# NFC mit Webseite auslesen



## werner_sg (3. November 2017)

Hallo,

habe ein etwas komplexeres anliegen -

Habe eine Webseite mit Datenbank nun möchte ich gerne das in dem Suchfeld der NFC Code via Handy eingelesen werden kann.

Also der User ruft die Seite per Smartphone auf navigiert zur Suche und liest dann den NFC Tag aus wessen Daten dann in die Suche übergeben wird.

Gibt es da bereits fertige Lösungen oder wie muss man da ansetzen.

Bedanke mich jetzt schon mal über alle produktiven Hinweise.


----------



## melmager (4. November 2017)

Also mit "NFC Tag Writer" von NXP kann man NFC Tags beschreiben.
Und natürlich auch Web Links auf den Tag schreiben.
Dabei kann man auch variablen/werte mit dem Link übergeben 

Wozu dann ein Suchfeld ?


----------



## werner_sg (5. November 2017)

Das geht nicht nur mit dem NFC Tag Writer von NXP da gibt es ein paar mehr. Aber mir gehts wie Anfangs beschrieben nicht um die Programmierung des Tags.

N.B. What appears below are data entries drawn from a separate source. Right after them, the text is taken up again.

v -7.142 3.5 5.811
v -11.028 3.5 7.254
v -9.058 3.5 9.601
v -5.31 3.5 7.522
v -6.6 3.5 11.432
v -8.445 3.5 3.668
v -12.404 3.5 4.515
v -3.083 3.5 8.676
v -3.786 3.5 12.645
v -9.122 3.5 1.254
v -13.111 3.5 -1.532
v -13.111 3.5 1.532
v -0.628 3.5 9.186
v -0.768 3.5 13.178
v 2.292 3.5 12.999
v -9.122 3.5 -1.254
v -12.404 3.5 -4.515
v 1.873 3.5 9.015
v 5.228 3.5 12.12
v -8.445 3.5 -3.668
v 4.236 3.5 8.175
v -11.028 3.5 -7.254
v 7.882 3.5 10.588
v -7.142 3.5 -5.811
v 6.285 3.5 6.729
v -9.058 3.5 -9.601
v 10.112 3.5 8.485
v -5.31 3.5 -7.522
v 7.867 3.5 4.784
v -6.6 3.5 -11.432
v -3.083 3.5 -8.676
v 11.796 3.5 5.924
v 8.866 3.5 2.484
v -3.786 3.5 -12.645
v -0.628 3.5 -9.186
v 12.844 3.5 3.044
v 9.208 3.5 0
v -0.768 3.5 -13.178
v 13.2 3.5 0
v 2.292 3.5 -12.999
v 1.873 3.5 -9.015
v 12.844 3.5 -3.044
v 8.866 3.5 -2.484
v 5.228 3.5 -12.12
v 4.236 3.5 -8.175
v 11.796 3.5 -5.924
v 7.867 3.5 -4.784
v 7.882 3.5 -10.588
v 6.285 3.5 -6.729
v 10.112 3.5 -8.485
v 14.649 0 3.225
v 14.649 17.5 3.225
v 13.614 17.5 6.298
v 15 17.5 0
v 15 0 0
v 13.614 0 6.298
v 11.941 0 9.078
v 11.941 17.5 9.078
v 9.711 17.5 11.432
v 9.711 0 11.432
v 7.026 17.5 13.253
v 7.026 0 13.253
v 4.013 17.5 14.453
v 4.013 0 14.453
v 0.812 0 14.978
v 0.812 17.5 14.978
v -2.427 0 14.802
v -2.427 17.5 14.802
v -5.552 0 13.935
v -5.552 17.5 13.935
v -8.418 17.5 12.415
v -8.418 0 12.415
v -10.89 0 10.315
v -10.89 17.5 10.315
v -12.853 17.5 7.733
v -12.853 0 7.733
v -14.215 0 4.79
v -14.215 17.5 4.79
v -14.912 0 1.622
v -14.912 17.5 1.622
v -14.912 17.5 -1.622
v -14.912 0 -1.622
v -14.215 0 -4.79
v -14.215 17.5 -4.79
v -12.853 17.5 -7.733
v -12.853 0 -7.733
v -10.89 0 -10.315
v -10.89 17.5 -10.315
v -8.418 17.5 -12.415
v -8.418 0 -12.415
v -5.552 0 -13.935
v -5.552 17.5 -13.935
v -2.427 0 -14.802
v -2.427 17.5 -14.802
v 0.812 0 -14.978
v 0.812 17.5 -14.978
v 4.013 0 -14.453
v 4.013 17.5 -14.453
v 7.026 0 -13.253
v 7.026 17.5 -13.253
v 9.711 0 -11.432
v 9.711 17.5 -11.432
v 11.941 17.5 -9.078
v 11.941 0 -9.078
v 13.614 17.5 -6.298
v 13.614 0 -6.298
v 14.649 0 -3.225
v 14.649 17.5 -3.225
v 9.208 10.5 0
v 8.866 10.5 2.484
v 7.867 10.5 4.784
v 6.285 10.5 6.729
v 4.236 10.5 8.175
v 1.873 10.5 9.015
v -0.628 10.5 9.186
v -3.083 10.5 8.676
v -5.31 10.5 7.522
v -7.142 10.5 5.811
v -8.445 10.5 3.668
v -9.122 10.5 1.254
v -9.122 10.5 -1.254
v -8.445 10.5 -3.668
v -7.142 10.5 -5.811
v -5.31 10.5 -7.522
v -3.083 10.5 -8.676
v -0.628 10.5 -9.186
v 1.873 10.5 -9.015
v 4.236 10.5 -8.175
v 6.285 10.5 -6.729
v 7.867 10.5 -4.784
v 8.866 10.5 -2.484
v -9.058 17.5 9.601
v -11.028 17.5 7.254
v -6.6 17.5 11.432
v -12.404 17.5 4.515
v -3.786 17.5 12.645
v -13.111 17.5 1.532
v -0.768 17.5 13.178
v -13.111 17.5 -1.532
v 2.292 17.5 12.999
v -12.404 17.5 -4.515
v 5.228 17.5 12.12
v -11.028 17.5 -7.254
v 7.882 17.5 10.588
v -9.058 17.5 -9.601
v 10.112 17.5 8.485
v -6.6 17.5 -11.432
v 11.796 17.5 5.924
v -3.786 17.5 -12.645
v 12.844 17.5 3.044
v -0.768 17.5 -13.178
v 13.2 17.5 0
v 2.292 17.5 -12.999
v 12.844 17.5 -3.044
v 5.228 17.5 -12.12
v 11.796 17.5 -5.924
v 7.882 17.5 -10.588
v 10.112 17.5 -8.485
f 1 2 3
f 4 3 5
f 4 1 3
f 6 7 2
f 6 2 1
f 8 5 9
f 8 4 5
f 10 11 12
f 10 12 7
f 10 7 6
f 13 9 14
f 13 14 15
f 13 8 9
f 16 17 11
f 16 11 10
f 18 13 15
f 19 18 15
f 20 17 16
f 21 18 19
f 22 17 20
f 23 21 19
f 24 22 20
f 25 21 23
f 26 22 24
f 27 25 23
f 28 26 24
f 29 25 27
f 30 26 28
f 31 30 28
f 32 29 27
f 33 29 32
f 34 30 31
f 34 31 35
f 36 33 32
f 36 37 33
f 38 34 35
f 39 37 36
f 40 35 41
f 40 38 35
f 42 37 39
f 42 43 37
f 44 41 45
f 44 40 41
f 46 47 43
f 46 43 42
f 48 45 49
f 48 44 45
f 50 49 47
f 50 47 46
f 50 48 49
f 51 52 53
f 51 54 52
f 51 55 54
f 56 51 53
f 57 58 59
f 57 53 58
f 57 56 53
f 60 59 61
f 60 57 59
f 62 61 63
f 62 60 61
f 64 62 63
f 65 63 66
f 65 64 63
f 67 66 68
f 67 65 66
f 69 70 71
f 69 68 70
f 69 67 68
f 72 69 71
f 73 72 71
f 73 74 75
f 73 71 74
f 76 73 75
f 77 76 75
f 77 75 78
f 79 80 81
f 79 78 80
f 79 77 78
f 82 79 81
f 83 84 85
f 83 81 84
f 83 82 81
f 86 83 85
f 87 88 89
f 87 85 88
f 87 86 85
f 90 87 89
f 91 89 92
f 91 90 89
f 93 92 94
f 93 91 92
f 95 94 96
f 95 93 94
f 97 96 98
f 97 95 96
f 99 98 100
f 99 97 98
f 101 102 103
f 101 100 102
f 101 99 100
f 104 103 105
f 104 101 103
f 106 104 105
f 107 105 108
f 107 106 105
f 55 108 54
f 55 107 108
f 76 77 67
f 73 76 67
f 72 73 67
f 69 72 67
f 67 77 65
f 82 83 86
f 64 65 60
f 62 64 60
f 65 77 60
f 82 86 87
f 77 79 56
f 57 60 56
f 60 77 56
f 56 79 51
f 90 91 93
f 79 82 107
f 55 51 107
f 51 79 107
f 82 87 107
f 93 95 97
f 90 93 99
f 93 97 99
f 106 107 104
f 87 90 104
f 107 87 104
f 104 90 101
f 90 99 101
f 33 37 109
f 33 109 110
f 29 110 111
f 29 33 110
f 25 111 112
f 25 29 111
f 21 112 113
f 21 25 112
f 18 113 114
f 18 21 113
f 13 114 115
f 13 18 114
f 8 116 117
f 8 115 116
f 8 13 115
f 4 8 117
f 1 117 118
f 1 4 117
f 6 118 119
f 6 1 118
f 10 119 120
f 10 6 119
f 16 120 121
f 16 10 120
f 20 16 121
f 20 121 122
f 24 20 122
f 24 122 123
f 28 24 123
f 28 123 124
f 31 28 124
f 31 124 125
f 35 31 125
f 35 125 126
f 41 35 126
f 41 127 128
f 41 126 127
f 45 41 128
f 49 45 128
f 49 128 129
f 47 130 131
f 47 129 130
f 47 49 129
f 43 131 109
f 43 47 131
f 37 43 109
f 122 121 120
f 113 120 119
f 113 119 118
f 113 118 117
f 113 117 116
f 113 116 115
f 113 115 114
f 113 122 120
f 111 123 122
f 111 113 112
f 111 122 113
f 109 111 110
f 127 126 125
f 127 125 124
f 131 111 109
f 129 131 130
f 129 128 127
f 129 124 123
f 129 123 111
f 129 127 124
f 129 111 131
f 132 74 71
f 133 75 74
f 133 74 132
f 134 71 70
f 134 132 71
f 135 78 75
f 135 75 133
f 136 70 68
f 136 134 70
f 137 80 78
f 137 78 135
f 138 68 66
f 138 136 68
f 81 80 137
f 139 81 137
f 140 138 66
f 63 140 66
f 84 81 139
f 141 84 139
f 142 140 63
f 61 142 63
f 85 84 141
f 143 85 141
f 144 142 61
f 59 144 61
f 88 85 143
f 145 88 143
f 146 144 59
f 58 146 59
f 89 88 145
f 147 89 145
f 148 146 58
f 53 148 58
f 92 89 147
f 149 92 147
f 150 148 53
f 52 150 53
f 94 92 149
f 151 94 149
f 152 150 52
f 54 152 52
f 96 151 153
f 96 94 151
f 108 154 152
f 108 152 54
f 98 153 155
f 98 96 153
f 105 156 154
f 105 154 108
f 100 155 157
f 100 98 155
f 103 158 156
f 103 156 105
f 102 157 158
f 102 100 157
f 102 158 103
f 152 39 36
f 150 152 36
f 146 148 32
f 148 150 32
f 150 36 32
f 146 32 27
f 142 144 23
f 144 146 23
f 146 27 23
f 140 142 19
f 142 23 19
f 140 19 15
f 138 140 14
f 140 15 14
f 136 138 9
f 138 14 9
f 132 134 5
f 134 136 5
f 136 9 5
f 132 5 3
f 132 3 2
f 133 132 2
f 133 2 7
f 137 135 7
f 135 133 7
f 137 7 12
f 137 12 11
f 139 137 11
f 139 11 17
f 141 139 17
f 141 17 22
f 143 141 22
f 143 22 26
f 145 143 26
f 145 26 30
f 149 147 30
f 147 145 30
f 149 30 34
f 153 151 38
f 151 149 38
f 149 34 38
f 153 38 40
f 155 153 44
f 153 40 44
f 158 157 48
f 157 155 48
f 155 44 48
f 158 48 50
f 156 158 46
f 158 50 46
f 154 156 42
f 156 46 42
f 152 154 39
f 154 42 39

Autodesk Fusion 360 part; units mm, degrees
sketch "Sketch1" plane through (0, 0, 0) normal (0, 1, 0) x (1, 0, 0)
  circle A0 centre (0, 0) radius 15
  dimension "d1" = 30
extrude "Extrude1" add sketch "Sketch1" along normal blind 3.5
ref_plane "WorkPlane1" through (0, 3.5, 0) normal (0, 1, 0) x (1, 0, 0)
sketch "Sketch2" plane through (0, 3.5, 0) normal (0, 1, 0) x (1, 0, 0)
  circle A0 centre (0, 0) radius 9.2075
  dimension "d5" = 18.415
extrude "Extrude2" add sketch "Sketch2" along normal blind 7
ref_plane "WorkPlane2" through (0, 3.5, 0) normal (0, 1, 0) x (1, 0, 0)
sketch "Sketch3" plane through (0, 3.5, 0) normal (0, 1, 0) x (1, 0, 0)
  circle A0 centre (0, 0) radius 15
  circle A1 centre (0, 0) radius 13.2
  dimension "d9" = 26.4
extrude "Extrude3" add sketch "Sketch3" along normal blind 14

Sondern expliziet darum den Tag über die Webseite auszulesen und mit dem Wert des Tags den passenden Datensatz auszugeben, dafür das Suchfeld.


----------



## DerKleene1 (5. November 2017)

Wenn ich es richtig verstehe, könnte Dir sowas helfen:

Handy Tastatur:
https://play.google.com/store/apps/details?id=com.tecit.android.barcodekbd.demo&hl=de

Oder am Computer Tastatur simulieren:
https://www.amazon.de/Multi-ISO-Leser-Keyboard-Emulation-ISO14443-ISO15693/dp/B00K5S7F3W


----------



## werner_sg (6. November 2017)

Danke das hilft weiter


----------